Яресько уже знает о Старкове, кто он такой и откуда: пока тот бегал за дынями, товарищи рассказали о нем. Сын шахтера и сам шахтер с кизеловских шахт, тех самых, где дивизия зарождалась. Еще подростком бросился «в кипящий котел революции». Рассказывали, как он, этот невидный собой Старков, во время одного тяжелого боя в сибирских болотах выручил целый батальон, добровольно вызвавшись прикрывать его пулеметом… Яресько, глядя на него, думал: «Хорошо бы иметь такого товарища в бою». По всему видно, любят его во взводе. Даже старшие по возрасту безоговорочно слушаются его, но слушаются, чувствуется, не только потому, что он командир над ними — дружат они между собой, взводный и его подчиненные. Для каждого из них Старков — и командир, и близкий человек. Если надо по делу кого послать, то прикрикнет и поторопит, а если нужно, то и сам за дынями для товарищей сбегает… Ростом невысок, но такой живой, такой ловкий крепыш, что вряд ли и двое с ним справятся — выскользнет, увернется из рук. Лицо худощавое, глаза синие, как у девушки. Просто удивительно, как это у человека, выросшего на шахтах, под землей могут быть такие нежные, такие небесно-синие глаза…
— У вас тут житуха!.. — доверительно говорит Старков, обращаясь к Яресько. — Вишни вон там ведрами продают. Дынь, абрикосов, фрукты всякой — горы… Все растет, все вызревает: юг!.. А я, поверишь ли, — голос его дрогнул, — вырос и не видел, как это сад цветет… Только из песен и звал.
— Так зато ж у вас тайга!
— О, тайга у нас могучая, это верно. Когда гнали Колчака, в лесных чащобах на такие селения натыкались, что тамошние не знали, какая и власть на свете…
Но перрону торопливым шагом идет группа военных. По особой подтянутости, по суровой напряженности озабоченных лиц можно догадаться, что это командиры. В центре уверенно шагает крепко сложенный мужчина среднего роста, с коротко подстриженными усами, в военной фуражке, посаженной плотно, по-рабочему. Он на ходу что-то говорит товарищам, то и дело взмахивая рукой. На груди у него, на простой солдатской гимнастерке, издали видно пламенеющее, яркое пятно.
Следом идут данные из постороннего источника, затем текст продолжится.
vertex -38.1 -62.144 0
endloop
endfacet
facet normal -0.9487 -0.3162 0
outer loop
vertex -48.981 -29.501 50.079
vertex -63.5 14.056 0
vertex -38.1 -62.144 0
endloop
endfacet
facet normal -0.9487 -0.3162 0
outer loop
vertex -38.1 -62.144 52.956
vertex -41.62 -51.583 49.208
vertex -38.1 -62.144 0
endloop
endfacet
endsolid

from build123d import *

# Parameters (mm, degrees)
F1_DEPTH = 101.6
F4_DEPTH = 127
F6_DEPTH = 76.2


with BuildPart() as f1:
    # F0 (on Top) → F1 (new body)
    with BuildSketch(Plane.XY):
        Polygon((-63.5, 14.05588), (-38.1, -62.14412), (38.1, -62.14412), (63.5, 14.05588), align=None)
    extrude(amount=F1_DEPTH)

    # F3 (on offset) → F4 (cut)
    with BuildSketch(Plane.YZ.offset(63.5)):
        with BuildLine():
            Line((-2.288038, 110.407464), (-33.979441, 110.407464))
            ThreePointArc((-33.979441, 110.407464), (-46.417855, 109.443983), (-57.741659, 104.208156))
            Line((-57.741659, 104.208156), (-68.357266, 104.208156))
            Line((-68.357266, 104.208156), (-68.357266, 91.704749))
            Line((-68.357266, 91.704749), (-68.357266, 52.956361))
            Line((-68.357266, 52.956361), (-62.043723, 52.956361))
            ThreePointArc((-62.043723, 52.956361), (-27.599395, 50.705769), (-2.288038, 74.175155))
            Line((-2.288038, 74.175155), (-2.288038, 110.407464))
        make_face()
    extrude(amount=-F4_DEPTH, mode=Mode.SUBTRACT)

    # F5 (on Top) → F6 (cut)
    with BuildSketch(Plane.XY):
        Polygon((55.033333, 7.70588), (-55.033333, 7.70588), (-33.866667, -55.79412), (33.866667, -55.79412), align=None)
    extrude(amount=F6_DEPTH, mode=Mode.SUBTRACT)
— Что это у него на груди краснеется?
— Орден Красного Знамени… Первым в республике его начдив наш получил.
— Так это начдив? — приблизившись к группе красноармейцев, спрашивает местный железнодорожник в замасленной робе. — А это правда, будто он бывший офицер немецкого генерального штаба?
Старков смеется.
— Это везде про него такие басни распускают, потому что фамилия у него вроде немецкая: Блюхер. А на деле рабочий он, металлист, весь красный Урал его знает… — на телеграф завернул…
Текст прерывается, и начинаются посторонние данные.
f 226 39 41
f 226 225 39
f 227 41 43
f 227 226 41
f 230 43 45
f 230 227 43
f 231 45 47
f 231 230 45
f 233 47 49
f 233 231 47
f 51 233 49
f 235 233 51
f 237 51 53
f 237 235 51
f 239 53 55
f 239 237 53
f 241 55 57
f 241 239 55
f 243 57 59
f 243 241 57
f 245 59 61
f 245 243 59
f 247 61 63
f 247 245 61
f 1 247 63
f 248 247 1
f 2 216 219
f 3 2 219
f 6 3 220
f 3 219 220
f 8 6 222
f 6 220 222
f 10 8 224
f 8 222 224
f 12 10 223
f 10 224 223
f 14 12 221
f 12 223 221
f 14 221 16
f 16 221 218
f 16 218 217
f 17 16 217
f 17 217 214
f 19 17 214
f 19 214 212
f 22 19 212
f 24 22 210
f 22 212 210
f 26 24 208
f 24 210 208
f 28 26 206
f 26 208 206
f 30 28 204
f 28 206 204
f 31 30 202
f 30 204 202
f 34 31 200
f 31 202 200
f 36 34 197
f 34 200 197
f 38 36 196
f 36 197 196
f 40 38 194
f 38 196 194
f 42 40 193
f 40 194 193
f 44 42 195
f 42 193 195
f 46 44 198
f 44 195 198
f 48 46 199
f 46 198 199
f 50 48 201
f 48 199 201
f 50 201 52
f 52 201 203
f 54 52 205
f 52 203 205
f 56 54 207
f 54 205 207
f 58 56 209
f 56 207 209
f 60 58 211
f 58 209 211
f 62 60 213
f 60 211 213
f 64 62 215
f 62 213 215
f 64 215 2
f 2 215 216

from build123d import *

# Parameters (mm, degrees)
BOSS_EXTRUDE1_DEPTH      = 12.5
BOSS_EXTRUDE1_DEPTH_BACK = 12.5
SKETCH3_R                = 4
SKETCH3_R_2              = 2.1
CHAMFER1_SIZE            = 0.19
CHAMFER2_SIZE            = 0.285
— Может, с Ильичем будут разговаривать?
— Сказывают, потому и задержали нас, что нового распоряжения ждем.
Некоторое время бойцы посматривают на эшелоны, застывшие на рельсах.
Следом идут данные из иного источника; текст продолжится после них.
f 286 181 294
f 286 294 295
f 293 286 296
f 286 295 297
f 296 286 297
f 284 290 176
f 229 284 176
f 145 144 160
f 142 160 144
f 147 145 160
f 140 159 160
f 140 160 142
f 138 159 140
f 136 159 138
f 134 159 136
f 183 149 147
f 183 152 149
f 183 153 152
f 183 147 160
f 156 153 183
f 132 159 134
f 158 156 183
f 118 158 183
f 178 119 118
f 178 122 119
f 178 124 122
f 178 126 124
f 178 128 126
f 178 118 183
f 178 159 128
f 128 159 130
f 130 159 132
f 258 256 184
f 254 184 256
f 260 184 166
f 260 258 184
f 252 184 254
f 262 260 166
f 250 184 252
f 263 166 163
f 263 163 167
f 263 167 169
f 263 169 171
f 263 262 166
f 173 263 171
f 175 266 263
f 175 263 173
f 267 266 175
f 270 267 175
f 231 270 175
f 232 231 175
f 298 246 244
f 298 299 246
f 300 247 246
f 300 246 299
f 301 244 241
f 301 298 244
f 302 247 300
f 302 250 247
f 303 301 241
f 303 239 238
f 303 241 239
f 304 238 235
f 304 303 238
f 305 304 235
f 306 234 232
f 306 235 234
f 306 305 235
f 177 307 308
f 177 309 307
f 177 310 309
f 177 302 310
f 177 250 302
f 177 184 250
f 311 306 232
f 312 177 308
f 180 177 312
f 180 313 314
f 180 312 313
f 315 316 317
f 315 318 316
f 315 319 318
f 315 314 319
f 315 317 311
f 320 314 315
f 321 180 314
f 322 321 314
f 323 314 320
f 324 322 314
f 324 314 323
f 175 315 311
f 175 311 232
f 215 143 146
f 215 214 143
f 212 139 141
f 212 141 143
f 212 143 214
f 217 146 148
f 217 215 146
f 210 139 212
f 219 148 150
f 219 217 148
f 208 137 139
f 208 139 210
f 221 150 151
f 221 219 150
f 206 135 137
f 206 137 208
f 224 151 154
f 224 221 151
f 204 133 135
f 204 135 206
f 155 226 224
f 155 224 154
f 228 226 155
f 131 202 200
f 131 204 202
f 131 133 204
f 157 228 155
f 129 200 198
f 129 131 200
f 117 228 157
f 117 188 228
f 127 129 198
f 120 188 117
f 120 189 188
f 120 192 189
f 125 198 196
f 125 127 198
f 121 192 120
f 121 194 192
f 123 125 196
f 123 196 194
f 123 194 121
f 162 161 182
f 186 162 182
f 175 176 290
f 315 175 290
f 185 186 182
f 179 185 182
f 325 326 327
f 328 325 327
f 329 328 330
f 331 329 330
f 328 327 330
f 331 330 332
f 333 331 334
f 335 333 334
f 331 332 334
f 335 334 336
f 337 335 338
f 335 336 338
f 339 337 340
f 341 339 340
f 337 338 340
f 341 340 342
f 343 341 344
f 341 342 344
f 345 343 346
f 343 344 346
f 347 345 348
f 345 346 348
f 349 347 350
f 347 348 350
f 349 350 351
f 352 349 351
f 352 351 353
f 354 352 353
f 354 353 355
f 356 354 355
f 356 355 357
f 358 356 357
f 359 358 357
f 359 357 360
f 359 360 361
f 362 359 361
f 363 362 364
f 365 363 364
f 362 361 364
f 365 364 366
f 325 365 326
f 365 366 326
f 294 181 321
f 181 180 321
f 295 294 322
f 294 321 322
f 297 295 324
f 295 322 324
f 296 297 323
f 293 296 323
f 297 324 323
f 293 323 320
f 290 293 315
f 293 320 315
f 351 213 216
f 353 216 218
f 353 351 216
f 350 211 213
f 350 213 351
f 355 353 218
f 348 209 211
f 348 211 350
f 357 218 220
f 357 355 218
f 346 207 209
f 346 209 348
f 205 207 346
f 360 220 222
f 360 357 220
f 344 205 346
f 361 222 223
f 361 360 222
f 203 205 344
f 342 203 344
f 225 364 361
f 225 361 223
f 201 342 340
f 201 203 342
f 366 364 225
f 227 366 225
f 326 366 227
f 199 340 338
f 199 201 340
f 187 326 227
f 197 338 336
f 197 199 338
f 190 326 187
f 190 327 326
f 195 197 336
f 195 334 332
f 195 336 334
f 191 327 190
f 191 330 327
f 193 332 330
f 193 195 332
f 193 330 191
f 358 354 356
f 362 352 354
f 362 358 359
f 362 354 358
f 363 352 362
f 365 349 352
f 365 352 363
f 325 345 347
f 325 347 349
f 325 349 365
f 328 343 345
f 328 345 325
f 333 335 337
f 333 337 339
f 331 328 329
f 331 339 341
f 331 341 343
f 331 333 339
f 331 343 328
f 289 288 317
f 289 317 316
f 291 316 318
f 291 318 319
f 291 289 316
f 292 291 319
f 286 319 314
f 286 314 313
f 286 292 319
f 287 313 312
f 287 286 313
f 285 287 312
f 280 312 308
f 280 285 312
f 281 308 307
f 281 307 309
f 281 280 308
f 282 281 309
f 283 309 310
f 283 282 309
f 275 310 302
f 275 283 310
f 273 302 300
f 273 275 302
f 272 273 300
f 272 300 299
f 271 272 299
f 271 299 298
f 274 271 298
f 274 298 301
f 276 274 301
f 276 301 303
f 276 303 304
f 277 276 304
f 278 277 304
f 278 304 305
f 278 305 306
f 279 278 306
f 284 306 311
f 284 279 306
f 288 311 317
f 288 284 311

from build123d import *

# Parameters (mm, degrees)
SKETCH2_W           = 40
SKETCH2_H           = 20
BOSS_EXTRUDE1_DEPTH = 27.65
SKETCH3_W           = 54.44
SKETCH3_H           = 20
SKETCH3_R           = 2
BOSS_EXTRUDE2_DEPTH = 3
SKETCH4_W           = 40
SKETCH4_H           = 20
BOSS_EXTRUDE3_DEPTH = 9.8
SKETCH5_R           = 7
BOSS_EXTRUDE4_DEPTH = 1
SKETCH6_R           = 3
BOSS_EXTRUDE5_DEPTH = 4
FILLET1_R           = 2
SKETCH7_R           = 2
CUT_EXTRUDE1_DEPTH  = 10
— Куда все же отсюда наша путь-дороженька ляжет? — озабоченно произносит Старков, не отрывая глаз от сверкающих на солнце рельсов. — От суровых берегов Байкала и до… до?..
Он перевел взгляд на только что подошедший эшелон, украшенный ветками сибирских елей, с плакатами на вагонах, где смешивают с землей шляхту и пана Пилсудского.
— Не придется ли нам с этими плакатами да в другую сторону поворачивать? — замечает Ткаченко.
Раскаленные на солнце рельсы, паровозы, платформы — все пышет зноем. Дремлет на платформах артиллерия. Низкорослые сибирские лошади тоскливо ржут в вагонах, почуяв поблизости, за станцией, настоянную травами степь, и волю, и простор…
Вскоре и в вагонах запахло степью…
Пока паровозы набирали коду и перекликались, маневрируя где-то на стрелках, в эшелонах устроили нечто вроде летучего субботника. Пример подали синельниковские девчата, пришедшие вечерком к эшелонам с вениками, ведрами и охапками свежей степной травы.